[Saved data entries]
§

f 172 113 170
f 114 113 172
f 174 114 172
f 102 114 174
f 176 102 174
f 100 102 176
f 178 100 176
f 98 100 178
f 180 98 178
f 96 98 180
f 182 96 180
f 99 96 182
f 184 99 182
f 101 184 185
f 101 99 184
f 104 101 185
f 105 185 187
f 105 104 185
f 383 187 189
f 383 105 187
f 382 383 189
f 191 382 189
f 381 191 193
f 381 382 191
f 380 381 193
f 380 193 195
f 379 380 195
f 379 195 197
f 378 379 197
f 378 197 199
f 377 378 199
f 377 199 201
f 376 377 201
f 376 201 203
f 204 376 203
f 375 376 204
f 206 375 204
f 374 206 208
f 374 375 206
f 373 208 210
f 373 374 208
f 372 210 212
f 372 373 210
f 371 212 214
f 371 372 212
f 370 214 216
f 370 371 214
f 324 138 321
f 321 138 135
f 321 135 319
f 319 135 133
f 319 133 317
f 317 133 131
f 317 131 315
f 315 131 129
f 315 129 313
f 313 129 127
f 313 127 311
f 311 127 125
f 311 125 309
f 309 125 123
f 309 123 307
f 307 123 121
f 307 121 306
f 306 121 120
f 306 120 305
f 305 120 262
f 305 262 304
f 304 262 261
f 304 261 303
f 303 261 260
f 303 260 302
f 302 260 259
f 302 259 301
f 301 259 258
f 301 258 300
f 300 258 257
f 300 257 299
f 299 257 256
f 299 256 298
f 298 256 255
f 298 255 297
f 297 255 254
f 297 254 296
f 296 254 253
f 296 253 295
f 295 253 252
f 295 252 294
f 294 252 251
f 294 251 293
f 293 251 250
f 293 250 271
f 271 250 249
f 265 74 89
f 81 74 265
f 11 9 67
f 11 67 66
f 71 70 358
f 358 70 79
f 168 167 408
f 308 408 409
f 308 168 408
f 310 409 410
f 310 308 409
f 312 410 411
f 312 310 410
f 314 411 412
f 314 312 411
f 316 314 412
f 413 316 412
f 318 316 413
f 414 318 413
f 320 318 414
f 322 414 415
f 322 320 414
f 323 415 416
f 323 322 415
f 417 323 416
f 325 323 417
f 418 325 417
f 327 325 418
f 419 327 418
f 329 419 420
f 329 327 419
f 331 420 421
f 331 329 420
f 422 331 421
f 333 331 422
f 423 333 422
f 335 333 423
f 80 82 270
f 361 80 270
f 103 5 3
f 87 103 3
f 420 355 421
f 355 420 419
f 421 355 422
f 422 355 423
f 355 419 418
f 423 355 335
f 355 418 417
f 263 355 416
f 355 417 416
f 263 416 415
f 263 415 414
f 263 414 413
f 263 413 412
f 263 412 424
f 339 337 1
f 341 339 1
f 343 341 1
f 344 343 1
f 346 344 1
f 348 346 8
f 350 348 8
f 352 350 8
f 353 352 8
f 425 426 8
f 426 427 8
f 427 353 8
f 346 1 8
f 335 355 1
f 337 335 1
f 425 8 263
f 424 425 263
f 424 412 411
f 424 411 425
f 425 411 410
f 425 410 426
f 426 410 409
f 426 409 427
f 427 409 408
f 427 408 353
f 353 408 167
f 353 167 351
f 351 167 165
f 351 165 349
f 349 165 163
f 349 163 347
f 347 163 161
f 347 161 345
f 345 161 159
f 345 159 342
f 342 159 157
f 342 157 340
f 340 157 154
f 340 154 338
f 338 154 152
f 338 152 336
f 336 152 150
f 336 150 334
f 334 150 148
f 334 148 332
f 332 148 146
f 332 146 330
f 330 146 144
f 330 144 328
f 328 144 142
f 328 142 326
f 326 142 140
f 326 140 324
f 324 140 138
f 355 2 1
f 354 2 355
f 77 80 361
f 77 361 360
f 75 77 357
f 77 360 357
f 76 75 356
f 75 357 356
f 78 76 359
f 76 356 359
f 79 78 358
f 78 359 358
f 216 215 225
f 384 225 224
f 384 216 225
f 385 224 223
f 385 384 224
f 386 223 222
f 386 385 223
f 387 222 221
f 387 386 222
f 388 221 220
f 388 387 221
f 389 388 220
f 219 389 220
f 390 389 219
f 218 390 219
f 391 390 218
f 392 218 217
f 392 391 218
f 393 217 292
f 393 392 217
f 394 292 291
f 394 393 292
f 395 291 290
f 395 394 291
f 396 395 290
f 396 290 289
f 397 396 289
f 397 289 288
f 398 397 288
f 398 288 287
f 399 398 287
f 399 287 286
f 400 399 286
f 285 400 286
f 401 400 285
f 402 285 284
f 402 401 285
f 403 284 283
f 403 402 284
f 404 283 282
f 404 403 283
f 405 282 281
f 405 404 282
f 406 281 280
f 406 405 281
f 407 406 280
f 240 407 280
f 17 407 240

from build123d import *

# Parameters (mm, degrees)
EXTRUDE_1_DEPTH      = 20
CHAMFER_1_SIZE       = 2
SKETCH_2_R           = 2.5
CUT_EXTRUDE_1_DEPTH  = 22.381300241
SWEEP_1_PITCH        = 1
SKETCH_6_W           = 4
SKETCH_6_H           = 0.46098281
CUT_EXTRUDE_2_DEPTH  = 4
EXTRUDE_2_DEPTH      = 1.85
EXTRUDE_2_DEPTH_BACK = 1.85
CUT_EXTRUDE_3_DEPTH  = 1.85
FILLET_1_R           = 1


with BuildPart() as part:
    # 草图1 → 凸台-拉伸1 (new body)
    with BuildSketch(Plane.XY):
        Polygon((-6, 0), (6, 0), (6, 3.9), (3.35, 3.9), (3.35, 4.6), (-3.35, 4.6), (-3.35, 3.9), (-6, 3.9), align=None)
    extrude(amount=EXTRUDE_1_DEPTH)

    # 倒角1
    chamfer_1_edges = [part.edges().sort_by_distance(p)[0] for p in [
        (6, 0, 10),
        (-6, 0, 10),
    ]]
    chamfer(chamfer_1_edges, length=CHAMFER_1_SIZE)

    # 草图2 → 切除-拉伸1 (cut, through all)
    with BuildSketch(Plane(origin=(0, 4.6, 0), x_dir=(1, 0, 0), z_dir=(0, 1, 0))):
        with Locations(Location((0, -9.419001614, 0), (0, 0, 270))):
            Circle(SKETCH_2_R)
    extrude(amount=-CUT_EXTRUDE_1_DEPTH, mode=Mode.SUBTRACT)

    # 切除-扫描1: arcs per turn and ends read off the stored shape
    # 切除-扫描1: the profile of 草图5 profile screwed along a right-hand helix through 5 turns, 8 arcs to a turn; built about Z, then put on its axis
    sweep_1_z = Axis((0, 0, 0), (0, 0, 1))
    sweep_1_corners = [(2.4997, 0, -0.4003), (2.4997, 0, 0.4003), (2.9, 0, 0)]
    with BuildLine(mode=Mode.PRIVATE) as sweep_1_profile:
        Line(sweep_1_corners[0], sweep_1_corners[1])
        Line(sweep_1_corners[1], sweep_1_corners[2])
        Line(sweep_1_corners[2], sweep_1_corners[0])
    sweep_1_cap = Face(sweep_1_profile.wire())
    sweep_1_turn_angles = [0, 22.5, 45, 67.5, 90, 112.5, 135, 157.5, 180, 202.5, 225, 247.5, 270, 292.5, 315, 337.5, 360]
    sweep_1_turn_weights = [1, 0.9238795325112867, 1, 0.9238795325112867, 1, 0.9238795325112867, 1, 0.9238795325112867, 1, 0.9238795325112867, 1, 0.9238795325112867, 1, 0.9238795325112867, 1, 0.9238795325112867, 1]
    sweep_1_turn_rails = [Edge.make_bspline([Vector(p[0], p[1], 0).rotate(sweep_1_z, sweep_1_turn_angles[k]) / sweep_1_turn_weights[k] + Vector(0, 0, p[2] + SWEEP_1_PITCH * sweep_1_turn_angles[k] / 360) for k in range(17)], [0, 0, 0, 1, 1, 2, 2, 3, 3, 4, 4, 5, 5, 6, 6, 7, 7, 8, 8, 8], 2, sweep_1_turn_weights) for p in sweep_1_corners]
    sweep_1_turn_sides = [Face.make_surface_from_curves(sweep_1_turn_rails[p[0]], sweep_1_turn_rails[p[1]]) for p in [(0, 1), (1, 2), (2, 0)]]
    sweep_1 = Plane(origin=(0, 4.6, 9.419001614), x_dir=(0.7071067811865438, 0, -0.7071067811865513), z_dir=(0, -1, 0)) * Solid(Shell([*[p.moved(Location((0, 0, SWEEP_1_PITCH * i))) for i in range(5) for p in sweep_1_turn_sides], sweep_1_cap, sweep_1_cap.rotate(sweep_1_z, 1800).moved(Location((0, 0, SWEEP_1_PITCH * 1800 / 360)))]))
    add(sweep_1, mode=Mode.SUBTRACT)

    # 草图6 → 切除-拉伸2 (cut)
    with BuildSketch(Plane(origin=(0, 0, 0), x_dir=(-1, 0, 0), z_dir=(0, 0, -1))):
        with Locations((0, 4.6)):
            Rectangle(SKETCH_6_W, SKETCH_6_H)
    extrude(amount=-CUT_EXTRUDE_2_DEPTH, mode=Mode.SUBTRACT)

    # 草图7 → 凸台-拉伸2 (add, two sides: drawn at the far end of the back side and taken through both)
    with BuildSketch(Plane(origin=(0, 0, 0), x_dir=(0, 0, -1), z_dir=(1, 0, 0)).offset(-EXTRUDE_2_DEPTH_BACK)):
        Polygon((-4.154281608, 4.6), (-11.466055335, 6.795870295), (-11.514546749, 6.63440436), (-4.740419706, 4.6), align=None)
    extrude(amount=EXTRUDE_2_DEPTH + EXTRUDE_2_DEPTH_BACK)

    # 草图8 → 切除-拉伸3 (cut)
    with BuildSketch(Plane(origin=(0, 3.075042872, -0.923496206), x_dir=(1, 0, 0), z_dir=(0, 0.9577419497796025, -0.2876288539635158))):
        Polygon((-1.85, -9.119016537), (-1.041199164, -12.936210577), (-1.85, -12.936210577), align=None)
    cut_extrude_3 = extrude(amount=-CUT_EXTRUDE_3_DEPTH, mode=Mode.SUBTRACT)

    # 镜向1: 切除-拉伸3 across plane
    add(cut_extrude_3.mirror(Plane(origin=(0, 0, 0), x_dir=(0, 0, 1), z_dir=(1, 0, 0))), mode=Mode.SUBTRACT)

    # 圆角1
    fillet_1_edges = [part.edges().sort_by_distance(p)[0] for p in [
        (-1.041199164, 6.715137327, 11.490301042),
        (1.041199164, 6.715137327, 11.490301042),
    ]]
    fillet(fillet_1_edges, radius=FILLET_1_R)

§

> Activity
Wherever the word "BuildSketch" occurs in the data, copy that whole line.

> The completed task
    with BuildSketch(Plane.XY):
    with BuildSketch(Plane(origin=(0, 4.6, 0), x_dir=(1, 0, 0), z_dir=(0, 1, 0))):
    with BuildSketch(Plane(origin=(0, 0, 0), x_dir=(-1, 0, 0), z_dir=(0, 0, -1))):
    with BuildSketch(Plane(origin=(0, 0, 0), x_dir=(0, 0, -1), z_dir=(1, 0, 0)).offset(-EXTRUDE_2_DEPTH_BACK)):
    with BuildSketch(Plane(origin=(0, 3.075042872, -0.923496206), x_dir=(1, 0, 0), z_dir=(0, 0.9577419497796025, -0.2876288539635158))):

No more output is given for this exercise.